Start of Given data

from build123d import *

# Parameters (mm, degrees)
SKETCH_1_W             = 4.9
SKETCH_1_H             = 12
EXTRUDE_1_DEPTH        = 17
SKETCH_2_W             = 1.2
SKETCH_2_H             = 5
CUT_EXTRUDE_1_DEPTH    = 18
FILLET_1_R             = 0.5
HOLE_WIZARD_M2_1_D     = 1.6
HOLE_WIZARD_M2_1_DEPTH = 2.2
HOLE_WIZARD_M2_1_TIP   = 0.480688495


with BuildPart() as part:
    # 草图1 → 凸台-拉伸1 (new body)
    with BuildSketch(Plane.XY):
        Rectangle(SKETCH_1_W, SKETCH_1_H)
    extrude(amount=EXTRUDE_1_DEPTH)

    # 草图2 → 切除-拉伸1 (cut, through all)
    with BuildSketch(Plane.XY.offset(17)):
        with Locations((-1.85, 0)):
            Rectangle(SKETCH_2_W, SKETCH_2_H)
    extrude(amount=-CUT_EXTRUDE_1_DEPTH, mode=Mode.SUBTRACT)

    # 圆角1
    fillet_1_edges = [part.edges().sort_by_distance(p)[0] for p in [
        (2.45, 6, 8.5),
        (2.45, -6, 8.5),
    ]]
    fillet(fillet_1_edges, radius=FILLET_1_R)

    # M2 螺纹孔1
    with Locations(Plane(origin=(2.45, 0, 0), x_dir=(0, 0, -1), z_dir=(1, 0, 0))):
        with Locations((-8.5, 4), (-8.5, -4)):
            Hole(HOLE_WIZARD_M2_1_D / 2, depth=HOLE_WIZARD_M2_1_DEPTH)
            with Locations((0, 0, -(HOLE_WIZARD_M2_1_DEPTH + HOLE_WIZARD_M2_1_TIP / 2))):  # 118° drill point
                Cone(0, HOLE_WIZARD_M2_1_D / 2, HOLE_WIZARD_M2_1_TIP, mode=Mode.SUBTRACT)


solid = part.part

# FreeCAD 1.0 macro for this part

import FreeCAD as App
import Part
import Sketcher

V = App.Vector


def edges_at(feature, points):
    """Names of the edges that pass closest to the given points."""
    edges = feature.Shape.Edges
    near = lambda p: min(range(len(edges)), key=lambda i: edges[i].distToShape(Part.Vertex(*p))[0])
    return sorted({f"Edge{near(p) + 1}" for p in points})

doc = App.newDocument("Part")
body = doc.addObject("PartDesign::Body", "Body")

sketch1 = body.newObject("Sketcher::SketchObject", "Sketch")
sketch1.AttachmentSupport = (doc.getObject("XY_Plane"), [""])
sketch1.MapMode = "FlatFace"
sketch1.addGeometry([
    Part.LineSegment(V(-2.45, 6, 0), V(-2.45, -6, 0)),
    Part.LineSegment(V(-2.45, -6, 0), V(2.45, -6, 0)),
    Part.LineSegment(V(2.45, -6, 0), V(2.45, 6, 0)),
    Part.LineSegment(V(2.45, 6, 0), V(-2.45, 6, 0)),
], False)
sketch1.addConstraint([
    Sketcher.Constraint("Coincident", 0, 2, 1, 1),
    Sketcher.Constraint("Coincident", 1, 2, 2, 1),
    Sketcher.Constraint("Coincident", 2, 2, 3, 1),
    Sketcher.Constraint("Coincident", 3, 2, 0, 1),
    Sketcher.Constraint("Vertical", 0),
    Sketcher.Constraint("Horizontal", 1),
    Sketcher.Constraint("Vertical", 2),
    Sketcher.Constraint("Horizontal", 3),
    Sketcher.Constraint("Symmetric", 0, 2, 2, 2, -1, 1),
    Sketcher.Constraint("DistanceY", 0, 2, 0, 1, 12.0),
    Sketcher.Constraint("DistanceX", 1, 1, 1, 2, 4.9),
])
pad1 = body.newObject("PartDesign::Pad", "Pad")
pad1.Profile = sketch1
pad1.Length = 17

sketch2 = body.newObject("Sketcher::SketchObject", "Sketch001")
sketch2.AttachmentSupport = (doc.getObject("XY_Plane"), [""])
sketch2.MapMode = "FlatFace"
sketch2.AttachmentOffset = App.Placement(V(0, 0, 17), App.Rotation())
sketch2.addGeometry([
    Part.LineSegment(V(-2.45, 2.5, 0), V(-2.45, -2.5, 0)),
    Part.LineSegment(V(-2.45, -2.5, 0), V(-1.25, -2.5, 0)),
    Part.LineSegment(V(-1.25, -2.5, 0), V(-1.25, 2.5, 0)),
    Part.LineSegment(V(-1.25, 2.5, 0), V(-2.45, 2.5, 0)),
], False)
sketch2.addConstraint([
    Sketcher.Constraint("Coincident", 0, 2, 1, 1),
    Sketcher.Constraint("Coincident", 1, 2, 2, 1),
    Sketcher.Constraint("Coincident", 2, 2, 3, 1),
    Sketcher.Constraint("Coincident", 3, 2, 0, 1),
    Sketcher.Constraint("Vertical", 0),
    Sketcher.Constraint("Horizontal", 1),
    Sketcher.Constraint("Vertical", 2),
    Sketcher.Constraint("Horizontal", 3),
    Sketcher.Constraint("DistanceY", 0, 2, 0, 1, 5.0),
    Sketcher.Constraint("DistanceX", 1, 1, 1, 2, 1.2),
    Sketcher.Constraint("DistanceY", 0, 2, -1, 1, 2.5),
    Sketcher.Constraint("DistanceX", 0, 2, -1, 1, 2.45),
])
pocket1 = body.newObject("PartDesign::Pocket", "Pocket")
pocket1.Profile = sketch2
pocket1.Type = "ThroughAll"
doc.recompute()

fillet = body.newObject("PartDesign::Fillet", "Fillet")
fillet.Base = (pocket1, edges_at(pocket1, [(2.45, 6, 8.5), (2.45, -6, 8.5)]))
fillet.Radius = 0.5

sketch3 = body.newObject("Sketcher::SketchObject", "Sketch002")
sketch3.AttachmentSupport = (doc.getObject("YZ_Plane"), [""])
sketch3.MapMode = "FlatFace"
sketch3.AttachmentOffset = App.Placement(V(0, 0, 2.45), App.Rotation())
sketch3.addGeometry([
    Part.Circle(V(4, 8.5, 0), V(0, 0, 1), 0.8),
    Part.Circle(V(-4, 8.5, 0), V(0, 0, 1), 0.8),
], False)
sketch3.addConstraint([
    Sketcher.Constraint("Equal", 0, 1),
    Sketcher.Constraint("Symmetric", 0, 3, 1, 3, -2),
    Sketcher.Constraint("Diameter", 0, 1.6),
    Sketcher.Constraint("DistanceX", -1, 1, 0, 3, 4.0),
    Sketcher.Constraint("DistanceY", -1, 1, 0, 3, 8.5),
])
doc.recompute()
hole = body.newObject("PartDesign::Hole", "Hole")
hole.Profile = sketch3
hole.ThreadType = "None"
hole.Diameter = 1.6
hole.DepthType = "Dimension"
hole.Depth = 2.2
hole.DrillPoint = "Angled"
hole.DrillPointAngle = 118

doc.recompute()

End of Given data

**Work instructions**
Your answer must be an exact transcription of every record above.

**Task solution**
from build123d import *

# Parameters (mm, degrees)
SKETCH_1_W             = 4.9
SKETCH_1_H             = 12
EXTRUDE_1_DEPTH        = 17
SKETCH_2_W             = 1.2
SKETCH_2_H             = 5
CUT_EXTRUDE_1_DEPTH    = 18
FILLET_1_R             = 0.5
HOLE_WIZARD_M2_1_D     = 1.6
HOLE_WIZARD_M2_1_DEPTH = 2.2
HOLE_WIZARD_M2_1_TIP   = 0.480688495


with BuildPart() as part:
    # 草图1 → 凸台-拉伸1 (new body)
    with BuildSketch(Plane.XY):
        Rectangle(SKETCH_1_W, SKETCH_1_H)
    extrude(amount=EXTRUDE_1_DEPTH)

    # 草图2 → 切除-拉伸1 (cut, through all)
    with BuildSketch(Plane.XY.offset(17)):
        with Locations((-1.85, 0)):
            Rectangle(SKETCH_2_W, SKETCH_2_H)
    extrude(amount=-CUT_EXTRUDE_1_DEPTH, mode=Mode.SUBTRACT)

    # 圆角1
    fillet_1_edges = [part.edges().sort_by_distance(p)[0] for p in [
        (2.45, 6, 8.5),
        (2.45, -6, 8.5),
    ]]
    fillet(fillet_1_edges, radius=FILLET_1_R)

    # M2 螺纹孔1
    with Locations(Plane(origin=(2.45, 0, 0), x_dir=(0, 0, -1), z_dir=(1, 0, 0))):
        with Locations((-8.5, 4), (-8.5, -4)):
            Hole(HOLE_WIZARD_M2_1_D / 2, depth=HOLE_WIZARD_M2_1_DEPTH)
            with Locations((0, 0, -(HOLE_WIZARD_M2_1_DEPTH + HOLE_WIZARD_M2_1_TIP / 2))):  # 118° drill point
                Cone(0, HOLE_WIZARD_M2_1_D / 2, HOLE_WIZARD_M2_1_TIP, mode=Mode.SUBTRACT)


solid = part.part

# FreeCAD 1.0 macro for this part

import FreeCAD as App
import Part
import Sketcher

V = App.Vector


def edges_at(feature, points):
    """Names of the edges that pass closest to the given points."""
    edges = feature.Shape.Edges
    near = lambda p: min(range(len(edges)), key=lambda i: edges[i].distToShape(Part.Vertex(*p))[0])
    return sorted({f"Edge{near(p) + 1}" for p in points})

doc = App.newDocument("Part")
body = doc.addObject("PartDesign::Body", "Body")

sketch1 = body.newObject("Sketcher::SketchObject", "Sketch")
sketch1.AttachmentSupport = (doc.getObject("XY_Plane"), [""])
sketch1.MapMode = "FlatFace"
sketch1.addGeometry([
    Part.LineSegment(V(-2.45, 6, 0), V(-2.45, -6, 0)),
    Part.LineSegment(V(-2.45, -6, 0), V(2.45, -6, 0)),
    Part.LineSegment(V(2.45, -6, 0), V(2.45, 6, 0)),
    Part.LineSegment(V(2.45, 6, 0), V(-2.45, 6, 0)),
], False)
sketch1.addConstraint([
    Sketcher.Constraint("Coincident", 0, 2, 1, 1),
    Sketcher.Constraint("Coincident", 1, 2, 2, 1),
    Sketcher.Constraint("Coincident", 2, 2, 3, 1),
    Sketcher.Constraint("Coincident", 3, 2, 0, 1),
    Sketcher.Constraint("Vertical", 0),
    Sketcher.Constraint("Horizontal", 1),
    Sketcher.Constraint("Vertical", 2),
    Sketcher.Constraint("Horizontal", 3),
    Sketcher.Constraint("Symmetric", 0, 2, 2, 2, -1, 1),
    Sketcher.Constraint("DistanceY", 0, 2, 0, 1, 12.0),
    Sketcher.Constraint("DistanceX", 1, 1, 1, 2, 4.9),
])
pad1 = body.newObject("PartDesign::Pad", "Pad")
pad1.Profile = sketch1
pad1.Length = 17

sketch2 = body.newObject("Sketcher::SketchObject", "Sketch001")
sketch2.AttachmentSupport = (doc.getObject("XY_Plane"), [""])
sketch2.MapMode = "FlatFace"
sketch2.AttachmentOffset = App.Placement(V(0, 0, 17), App.Rotation())
sketch2.addGeometry([
    Part.LineSegment(V(-2.45, 2.5, 0), V(-2.45, -2.5, 0)),
    Part.LineSegment(V(-2.45, -2.5, 0), V(-1.25, -2.5, 0)),
    Part.LineSegment(V(-1.25, -2.5, 0), V(-1.25, 2.5, 0)),
    Part.LineSegment(V(-1.25, 2.5, 0), V(-2.45, 2.5, 0)),
], False)
sketch2.addConstraint([
    Sketcher.Constraint("Coincident", 0, 2, 1, 1),
    Sketcher.Constraint("Coincident", 1, 2, 2, 1),
    Sketcher.Constraint("Coincident", 2, 2, 3, 1),
    Sketcher.Constraint("Coincident", 3, 2, 0, 1),
    Sketcher.Constraint("Vertical", 0),
    Sketcher.Constraint("Horizontal", 1),
    Sketcher.Constraint("Vertical", 2),
    Sketcher.Constraint("Horizontal", 3),
    Sketcher.Constraint("DistanceY", 0, 2, 0, 1, 5.0),
    Sketcher.Constraint("DistanceX", 1, 1, 1, 2, 1.2),
    Sketcher.Constraint("DistanceY", 0, 2, -1, 1, 2.5),
    Sketcher.Constraint("DistanceX", 0, 2, -1, 1, 2.45),
])
pocket1 = body.newObject("PartDesign::Pocket", "Pocket")
pocket1.Profile = sketch2
pocket1.Type = "ThroughAll"
doc.recompute()

fillet = body.newObject("PartDesign::Fillet", "Fillet")
fillet.Base = (pocket1, edges_at(pocket1, [(2.45, 6, 8.5), (2.45, -6, 8.5)]))
fillet.Radius = 0.5

sketch3 = body.newObject("Sketcher::SketchObject", "Sketch002")
sketch3.AttachmentSupport = (doc.getObject("YZ_Plane"), [""])
sketch3.MapMode = "FlatFace"
sketch3.AttachmentOffset = App.Placement(V(0, 0, 2.45), App.Rotation())
sketch3.addGeometry([
    Part.Circle(V(4, 8.5, 0), V(0, 0, 1), 0.8),
    Part.Circle(V(-4, 8.5, 0), V(0, 0, 1), 0.8),
], False)
sketch3.addConstraint([
    Sketcher.Constraint("Equal", 0, 1),
    Sketcher.Constraint("Symmetric", 0, 3, 1, 3, -2),
    Sketcher.Constraint("Diameter", 0, 1.6),
    Sketcher.Constraint("DistanceX", -1, 1, 0, 3, 4.0),
    Sketcher.Constraint("DistanceY", -1, 1, 0, 3, 8.5),
])
doc.recompute()
hole = body.newObject("PartDesign::Hole", "Hole")
hole.Profile = sketch3
hole.ThreadType = "None"
hole.Diameter = 1.6
hole.DepthType = "Dimension"
hole.Depth = 2.2
hole.DrillPoint = "Angled"
hole.DrillPointAngle = 118

doc.recompute()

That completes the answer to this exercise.